→ **Exercise description**:
Read through the data, and wherever a line holds the word "blind", write that line out.

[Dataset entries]
^^^^

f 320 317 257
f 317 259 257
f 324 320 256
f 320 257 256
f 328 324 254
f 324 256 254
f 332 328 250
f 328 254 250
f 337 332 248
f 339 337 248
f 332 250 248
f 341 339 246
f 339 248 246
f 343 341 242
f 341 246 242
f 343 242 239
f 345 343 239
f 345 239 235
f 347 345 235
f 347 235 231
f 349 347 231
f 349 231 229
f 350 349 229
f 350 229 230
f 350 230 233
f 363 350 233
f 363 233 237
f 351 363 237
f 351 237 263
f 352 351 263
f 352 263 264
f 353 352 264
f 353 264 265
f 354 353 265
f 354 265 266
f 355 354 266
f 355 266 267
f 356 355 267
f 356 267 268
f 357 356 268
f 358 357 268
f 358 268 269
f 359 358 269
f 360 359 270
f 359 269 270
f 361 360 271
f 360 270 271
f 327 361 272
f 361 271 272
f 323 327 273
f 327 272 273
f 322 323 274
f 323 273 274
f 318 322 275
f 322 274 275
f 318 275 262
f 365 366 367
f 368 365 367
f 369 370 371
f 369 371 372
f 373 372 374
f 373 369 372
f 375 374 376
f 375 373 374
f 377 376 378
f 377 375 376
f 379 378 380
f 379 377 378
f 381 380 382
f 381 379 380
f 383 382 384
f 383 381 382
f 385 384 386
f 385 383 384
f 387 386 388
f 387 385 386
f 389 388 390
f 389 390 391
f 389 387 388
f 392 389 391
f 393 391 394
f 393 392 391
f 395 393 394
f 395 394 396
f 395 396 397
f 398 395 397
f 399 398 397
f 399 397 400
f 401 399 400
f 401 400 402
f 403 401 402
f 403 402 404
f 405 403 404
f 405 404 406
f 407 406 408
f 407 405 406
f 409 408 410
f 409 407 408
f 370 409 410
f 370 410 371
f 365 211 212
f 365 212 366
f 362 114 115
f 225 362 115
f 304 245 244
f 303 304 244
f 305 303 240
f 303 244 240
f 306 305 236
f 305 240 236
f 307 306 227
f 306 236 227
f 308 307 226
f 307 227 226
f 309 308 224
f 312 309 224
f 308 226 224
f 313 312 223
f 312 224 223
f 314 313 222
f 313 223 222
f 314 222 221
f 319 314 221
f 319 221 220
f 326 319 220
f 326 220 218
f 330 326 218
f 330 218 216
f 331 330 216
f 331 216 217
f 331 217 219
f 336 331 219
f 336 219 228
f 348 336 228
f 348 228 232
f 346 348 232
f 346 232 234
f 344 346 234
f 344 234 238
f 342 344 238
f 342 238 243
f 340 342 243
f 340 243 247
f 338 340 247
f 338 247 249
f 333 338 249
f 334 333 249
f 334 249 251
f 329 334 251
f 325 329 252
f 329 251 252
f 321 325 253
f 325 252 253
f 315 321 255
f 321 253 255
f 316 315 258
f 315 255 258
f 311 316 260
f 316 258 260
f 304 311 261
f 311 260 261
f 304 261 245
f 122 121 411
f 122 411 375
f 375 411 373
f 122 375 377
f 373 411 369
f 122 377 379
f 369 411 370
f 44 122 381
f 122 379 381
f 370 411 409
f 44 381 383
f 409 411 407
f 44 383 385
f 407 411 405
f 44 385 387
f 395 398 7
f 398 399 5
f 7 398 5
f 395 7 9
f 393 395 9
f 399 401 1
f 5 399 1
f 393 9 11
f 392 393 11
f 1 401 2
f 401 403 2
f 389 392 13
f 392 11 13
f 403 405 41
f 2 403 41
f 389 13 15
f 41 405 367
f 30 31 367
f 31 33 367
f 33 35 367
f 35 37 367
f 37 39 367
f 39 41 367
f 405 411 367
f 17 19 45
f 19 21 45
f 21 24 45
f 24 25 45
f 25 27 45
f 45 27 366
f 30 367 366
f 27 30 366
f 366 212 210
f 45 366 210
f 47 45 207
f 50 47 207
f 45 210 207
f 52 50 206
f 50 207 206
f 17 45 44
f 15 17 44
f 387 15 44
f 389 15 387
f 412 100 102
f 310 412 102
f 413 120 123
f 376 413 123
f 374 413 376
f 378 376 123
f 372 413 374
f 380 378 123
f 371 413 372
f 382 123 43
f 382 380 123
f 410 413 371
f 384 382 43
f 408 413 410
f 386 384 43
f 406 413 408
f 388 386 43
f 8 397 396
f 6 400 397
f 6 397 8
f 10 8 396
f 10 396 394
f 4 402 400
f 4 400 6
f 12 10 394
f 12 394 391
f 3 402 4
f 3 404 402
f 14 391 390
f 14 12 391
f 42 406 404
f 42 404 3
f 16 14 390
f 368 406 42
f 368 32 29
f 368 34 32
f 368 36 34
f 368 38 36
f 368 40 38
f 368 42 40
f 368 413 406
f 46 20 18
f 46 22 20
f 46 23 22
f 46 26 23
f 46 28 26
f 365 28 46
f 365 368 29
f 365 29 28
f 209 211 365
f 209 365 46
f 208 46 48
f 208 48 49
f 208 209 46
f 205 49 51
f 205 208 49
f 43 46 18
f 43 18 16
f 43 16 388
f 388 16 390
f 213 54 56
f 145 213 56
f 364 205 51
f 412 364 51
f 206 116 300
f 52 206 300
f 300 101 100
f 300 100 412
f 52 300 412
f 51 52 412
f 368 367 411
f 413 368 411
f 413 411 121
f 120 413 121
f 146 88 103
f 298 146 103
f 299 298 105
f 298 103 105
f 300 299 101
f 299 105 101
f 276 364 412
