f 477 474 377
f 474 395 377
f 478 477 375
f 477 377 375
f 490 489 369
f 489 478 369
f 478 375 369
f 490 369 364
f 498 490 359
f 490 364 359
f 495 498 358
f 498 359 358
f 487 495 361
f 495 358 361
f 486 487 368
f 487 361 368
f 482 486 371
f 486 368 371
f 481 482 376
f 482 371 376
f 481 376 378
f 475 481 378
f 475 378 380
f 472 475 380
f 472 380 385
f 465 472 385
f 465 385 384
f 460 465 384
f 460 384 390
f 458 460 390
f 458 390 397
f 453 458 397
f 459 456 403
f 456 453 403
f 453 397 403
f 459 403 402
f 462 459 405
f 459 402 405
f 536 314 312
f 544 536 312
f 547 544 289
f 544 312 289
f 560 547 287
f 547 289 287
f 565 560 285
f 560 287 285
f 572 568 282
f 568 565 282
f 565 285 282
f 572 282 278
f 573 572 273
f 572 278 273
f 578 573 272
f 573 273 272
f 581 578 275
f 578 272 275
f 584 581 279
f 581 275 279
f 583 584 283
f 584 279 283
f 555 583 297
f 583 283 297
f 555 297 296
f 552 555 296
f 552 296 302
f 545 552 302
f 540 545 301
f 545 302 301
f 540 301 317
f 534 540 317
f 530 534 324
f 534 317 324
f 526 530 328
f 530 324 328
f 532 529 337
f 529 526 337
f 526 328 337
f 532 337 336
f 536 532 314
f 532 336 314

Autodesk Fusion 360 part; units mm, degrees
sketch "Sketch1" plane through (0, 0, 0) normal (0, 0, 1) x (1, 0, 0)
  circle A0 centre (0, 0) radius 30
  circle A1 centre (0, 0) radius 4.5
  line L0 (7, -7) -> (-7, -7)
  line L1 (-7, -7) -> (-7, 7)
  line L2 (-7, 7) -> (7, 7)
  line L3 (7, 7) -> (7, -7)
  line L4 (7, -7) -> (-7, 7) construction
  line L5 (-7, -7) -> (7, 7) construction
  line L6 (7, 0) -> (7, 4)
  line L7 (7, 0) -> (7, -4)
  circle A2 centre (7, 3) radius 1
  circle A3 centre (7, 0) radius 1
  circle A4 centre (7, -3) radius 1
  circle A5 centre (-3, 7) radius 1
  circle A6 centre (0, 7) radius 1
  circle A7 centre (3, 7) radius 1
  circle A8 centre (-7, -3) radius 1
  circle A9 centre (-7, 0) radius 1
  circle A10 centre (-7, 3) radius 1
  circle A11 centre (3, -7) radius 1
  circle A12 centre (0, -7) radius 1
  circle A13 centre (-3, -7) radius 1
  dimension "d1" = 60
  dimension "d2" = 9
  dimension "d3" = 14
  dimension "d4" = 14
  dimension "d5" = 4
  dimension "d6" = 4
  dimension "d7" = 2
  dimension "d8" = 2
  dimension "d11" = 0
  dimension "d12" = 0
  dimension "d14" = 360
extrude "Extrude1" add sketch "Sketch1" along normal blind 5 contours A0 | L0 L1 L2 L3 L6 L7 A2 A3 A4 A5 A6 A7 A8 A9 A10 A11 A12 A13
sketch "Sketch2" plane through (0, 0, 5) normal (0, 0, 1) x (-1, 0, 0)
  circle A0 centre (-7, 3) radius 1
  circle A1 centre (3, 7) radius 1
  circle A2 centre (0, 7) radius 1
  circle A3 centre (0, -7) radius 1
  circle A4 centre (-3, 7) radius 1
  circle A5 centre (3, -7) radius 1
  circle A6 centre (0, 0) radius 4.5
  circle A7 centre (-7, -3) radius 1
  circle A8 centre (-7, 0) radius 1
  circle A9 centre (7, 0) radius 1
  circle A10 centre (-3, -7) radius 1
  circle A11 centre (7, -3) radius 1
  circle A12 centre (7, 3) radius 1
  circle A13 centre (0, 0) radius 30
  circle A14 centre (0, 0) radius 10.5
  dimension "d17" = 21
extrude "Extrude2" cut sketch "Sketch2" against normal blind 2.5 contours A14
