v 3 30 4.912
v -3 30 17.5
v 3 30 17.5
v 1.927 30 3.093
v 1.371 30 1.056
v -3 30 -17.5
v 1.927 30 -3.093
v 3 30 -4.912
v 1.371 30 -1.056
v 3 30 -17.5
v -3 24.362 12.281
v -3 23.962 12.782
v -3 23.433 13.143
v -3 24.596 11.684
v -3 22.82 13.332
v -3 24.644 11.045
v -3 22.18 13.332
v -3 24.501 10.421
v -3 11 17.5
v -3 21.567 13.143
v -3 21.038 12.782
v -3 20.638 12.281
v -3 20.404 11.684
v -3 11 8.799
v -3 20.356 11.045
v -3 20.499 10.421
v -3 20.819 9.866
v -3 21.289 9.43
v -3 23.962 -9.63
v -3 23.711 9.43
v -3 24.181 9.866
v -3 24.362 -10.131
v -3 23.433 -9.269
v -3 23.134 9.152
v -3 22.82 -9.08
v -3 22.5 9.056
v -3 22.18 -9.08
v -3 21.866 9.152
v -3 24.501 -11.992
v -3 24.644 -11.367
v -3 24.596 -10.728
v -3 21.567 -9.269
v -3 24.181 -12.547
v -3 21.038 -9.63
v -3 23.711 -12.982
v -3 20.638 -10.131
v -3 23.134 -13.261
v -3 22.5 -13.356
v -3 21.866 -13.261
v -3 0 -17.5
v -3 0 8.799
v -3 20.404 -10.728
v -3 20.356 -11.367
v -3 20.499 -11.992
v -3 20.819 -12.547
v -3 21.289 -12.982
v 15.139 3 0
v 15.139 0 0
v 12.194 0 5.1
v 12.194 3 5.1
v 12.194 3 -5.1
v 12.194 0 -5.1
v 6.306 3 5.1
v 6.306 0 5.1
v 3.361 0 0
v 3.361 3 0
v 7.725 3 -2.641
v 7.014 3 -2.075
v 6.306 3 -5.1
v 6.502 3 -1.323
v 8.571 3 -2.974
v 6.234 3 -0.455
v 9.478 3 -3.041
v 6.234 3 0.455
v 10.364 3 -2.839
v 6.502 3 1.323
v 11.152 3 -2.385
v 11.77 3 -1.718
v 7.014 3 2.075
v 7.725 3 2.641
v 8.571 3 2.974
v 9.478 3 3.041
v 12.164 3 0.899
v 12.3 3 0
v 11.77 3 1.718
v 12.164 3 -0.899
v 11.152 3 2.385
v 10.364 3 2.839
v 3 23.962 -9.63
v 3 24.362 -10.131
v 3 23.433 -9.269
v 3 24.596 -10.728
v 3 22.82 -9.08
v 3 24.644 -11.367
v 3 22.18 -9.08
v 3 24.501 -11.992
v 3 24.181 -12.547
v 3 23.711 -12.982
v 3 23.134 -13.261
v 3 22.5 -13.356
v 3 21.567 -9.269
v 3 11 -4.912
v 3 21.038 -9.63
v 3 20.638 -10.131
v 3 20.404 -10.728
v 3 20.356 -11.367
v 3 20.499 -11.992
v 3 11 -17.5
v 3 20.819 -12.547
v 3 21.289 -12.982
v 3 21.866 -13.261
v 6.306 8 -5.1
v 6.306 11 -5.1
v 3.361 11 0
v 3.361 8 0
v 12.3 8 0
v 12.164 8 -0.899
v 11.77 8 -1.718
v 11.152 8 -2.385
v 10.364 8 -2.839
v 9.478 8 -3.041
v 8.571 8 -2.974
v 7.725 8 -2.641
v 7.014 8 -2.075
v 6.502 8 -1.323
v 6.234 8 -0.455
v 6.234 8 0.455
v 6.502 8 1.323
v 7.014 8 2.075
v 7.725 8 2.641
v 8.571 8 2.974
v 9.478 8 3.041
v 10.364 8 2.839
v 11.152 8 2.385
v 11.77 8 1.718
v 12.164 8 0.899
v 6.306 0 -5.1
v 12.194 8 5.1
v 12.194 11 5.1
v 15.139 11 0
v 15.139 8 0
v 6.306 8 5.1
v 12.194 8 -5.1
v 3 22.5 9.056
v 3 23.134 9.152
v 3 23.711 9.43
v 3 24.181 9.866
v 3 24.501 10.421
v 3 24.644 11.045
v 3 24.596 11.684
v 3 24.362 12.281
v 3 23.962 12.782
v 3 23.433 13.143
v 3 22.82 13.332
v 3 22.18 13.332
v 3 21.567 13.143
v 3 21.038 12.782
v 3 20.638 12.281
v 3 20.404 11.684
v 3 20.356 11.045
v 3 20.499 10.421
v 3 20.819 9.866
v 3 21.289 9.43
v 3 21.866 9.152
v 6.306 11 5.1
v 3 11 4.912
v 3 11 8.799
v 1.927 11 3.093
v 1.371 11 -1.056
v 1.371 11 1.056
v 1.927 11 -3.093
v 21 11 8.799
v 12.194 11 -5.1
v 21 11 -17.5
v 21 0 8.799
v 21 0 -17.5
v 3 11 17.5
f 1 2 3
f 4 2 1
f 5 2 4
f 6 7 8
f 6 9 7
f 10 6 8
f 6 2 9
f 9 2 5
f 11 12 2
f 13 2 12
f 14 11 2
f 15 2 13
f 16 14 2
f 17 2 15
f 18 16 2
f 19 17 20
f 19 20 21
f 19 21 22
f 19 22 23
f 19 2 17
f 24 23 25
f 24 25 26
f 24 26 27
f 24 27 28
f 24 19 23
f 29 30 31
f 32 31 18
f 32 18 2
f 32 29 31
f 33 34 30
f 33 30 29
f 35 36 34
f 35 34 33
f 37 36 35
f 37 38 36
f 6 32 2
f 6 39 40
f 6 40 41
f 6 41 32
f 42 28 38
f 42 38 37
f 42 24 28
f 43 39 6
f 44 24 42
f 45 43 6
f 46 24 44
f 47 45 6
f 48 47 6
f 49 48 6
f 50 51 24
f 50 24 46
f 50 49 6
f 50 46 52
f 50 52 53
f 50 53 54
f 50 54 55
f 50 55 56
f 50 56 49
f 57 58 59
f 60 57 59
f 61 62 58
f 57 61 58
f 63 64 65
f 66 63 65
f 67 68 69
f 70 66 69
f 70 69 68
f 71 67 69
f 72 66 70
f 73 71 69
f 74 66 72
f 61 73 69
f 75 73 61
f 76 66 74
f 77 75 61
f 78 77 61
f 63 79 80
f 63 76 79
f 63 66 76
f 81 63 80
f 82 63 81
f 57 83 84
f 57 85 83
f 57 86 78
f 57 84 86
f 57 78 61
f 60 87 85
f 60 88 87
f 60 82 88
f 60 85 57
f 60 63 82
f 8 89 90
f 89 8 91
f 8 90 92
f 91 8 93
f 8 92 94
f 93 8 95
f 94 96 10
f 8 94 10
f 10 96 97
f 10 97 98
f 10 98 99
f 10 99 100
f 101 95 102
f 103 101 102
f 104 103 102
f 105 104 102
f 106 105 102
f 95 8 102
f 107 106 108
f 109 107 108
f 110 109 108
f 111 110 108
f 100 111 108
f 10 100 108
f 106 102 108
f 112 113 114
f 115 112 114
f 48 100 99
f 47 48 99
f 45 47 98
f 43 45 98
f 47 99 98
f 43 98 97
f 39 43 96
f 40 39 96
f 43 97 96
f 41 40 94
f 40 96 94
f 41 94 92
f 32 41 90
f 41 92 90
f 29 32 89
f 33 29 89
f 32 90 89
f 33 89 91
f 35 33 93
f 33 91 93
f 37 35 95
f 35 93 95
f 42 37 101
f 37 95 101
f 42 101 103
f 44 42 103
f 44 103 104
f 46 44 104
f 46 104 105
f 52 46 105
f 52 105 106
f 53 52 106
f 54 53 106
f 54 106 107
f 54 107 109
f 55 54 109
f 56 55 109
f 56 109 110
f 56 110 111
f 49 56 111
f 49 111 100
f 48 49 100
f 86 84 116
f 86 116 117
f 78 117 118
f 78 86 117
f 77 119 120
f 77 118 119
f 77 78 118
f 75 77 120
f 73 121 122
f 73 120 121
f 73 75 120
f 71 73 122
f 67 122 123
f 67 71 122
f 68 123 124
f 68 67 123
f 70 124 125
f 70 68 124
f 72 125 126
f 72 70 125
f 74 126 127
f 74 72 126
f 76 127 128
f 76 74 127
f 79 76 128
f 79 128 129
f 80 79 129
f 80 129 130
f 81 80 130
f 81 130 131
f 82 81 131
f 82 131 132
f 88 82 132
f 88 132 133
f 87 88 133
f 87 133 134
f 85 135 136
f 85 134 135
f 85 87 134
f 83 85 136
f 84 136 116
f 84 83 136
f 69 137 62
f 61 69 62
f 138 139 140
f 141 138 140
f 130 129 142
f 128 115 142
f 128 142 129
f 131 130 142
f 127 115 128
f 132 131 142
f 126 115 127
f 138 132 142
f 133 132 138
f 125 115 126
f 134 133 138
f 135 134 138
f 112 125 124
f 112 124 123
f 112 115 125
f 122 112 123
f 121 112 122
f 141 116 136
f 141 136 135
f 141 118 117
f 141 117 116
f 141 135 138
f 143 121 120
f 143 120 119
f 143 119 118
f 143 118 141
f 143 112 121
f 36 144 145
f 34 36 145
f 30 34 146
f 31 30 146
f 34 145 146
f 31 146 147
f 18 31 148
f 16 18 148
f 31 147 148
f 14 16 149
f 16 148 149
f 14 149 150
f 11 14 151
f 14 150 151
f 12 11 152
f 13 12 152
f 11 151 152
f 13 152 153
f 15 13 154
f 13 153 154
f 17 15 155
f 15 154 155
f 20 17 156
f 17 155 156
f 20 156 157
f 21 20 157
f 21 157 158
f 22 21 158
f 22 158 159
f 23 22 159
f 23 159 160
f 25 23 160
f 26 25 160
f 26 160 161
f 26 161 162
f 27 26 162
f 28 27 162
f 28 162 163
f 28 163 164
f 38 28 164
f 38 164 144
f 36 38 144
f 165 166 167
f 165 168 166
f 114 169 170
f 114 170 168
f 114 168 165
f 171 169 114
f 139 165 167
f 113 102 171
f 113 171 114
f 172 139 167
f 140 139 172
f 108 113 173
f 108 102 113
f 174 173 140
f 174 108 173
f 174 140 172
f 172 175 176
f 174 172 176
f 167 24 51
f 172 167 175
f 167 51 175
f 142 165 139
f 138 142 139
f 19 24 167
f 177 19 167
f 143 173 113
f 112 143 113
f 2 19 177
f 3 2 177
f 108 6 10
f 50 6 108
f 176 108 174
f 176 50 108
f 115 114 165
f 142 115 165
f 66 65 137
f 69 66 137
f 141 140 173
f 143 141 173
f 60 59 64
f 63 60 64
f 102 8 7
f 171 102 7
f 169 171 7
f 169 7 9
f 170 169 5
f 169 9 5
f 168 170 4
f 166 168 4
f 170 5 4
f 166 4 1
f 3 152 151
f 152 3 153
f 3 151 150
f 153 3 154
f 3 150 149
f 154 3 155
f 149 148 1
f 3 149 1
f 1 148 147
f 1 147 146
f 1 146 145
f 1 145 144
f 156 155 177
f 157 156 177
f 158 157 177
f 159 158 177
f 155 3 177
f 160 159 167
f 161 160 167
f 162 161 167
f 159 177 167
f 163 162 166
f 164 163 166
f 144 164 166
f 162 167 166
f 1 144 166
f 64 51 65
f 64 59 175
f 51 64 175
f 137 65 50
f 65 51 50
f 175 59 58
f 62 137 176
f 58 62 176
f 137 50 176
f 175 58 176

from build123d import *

# Parameters (mm, degrees)
SKETCH1_W           = 18
SKETCH1_H           = 35
SKETCH1_R           = 3.05
BOSS_EXTRUDE1_DEPTH = 11
SKETCH1_3_W         = 6
SKETCH1_3_H         = 35
BOSS_EXTRUDE2_DEPTH = 30
SKETCH2_R           = 7.949273458
CUT_EXTRUDE1_DEPTH  = 19
CUT_EXTRUDE3_DEPTH  = 3
CUT_EXTRUDE4_DEPTH  = 3
SKETCH7_R           = 2.15
CUT_EXTRUDE6_DEPTH  = 10
SKETCH8_W           = 24
SKETCH8_H           = 8.700587772
CUT_EXTRUDE7_DEPTH  = 11


with BuildPart() as part:
    # Sketch1 → Boss-Extrude1 (new body)
    with BuildSketch(Plane(origin=(0, 0, 0), x_dir=(1, 0, 0), z_dir=(0, 1, 0))):
        with Locations((12, 0)):
            Rectangle(SKETCH1_W, SKETCH1_H)
        with Locations((9.25, 0)):
            Circle(SKETCH1_R, mode=Mode.SUBTRACT)
    extrude(amount=BOSS_EXTRUDE1_DEPTH)

    # Sketch1<3> → Boss-Extrude2 (add)
    with BuildSketch(Plane(origin=(0, 0, 0), x_dir=(1, 0, 0), z_dir=(0, 1, 0))):
        Rectangle(SKETCH1_3_W, SKETCH1_3_H)
    extrude(amount=BOSS_EXTRUDE2_DEPTH)

    # Sketch2 → Cut-Extrude1 (cut)
    with BuildSketch(Plane(origin=(0, 30, 0), x_dir=(1, 0, 0), z_dir=(0, 1, 0))):
        with Locations((9.25, 0)):
            Circle(SKETCH2_R)
    extrude(amount=-CUT_EXTRUDE1_DEPTH, mode=Mode.SUBTRACT)

    # Sketch4 → Cut-Extrude3 (cut)
    with BuildSketch(Plane(origin=(0, 11, 0), x_dir=(1, 0, 0), z_dir=(0, 1, 0))):
        Polygon((15.138972746, 0), (12.194486373, 5.1), (6.305513627, 5.1), (3.361027254, 0), (6.305513627, -5.1), (12.194486373, -5.1), align=None)
    extrude(amount=-CUT_EXTRUDE3_DEPTH, mode=Mode.SUBTRACT)

    # Sketch5 → Cut-Extrude4 (cut)
    with BuildSketch(Plane.XZ):
        Polygon((3.361027254, 0), (6.305513627, -5.1), (12.194486373, -5.1), (15.138972746, 0), (12.194486373, 5.1), (6.305513627, 5.1), align=None)
    extrude(amount=-CUT_EXTRUDE4_DEPTH, mode=Mode.SUBTRACT)

    # Sketch7 → Cut-Extrude6 (cut)
    with BuildSketch(Plane(origin=(3, 0, 0), x_dir=(0, 0, -1), z_dir=(1, 0, 0))):
        with Locations((-11.206035856, 22.5)):
            Circle(SKETCH7_R)
        with Locations((11.206035856, 22.5)):
            Circle(SKETCH7_R)
    extrude(amount=-CUT_EXTRUDE6_DEPTH, mode=Mode.SUBTRACT)

    # Sketch8 → Cut-Extrude7 (cut)
    with BuildSketch(Plane.XZ):
        with Locations((9, 13.149706114)):
            Rectangle(SKETCH8_W, SKETCH8_H)
    extrude(amount=-CUT_EXTRUDE7_DEPTH, mode=Mode.SUBTRACT)


solid = part.part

^^^^

→ **Output for this exercise**:
extrude "Extrude1" add sketch "Sketch1" along normal blind 5 contours A0 | L0 L1 L2 L3 L6 L7 A2 A3 A4 A5 A6 A7 A8 A9 A10 A11 A12 A13
extrude "Extrude2" cut sketch "Sketch2" against normal blind 2.5 contours A14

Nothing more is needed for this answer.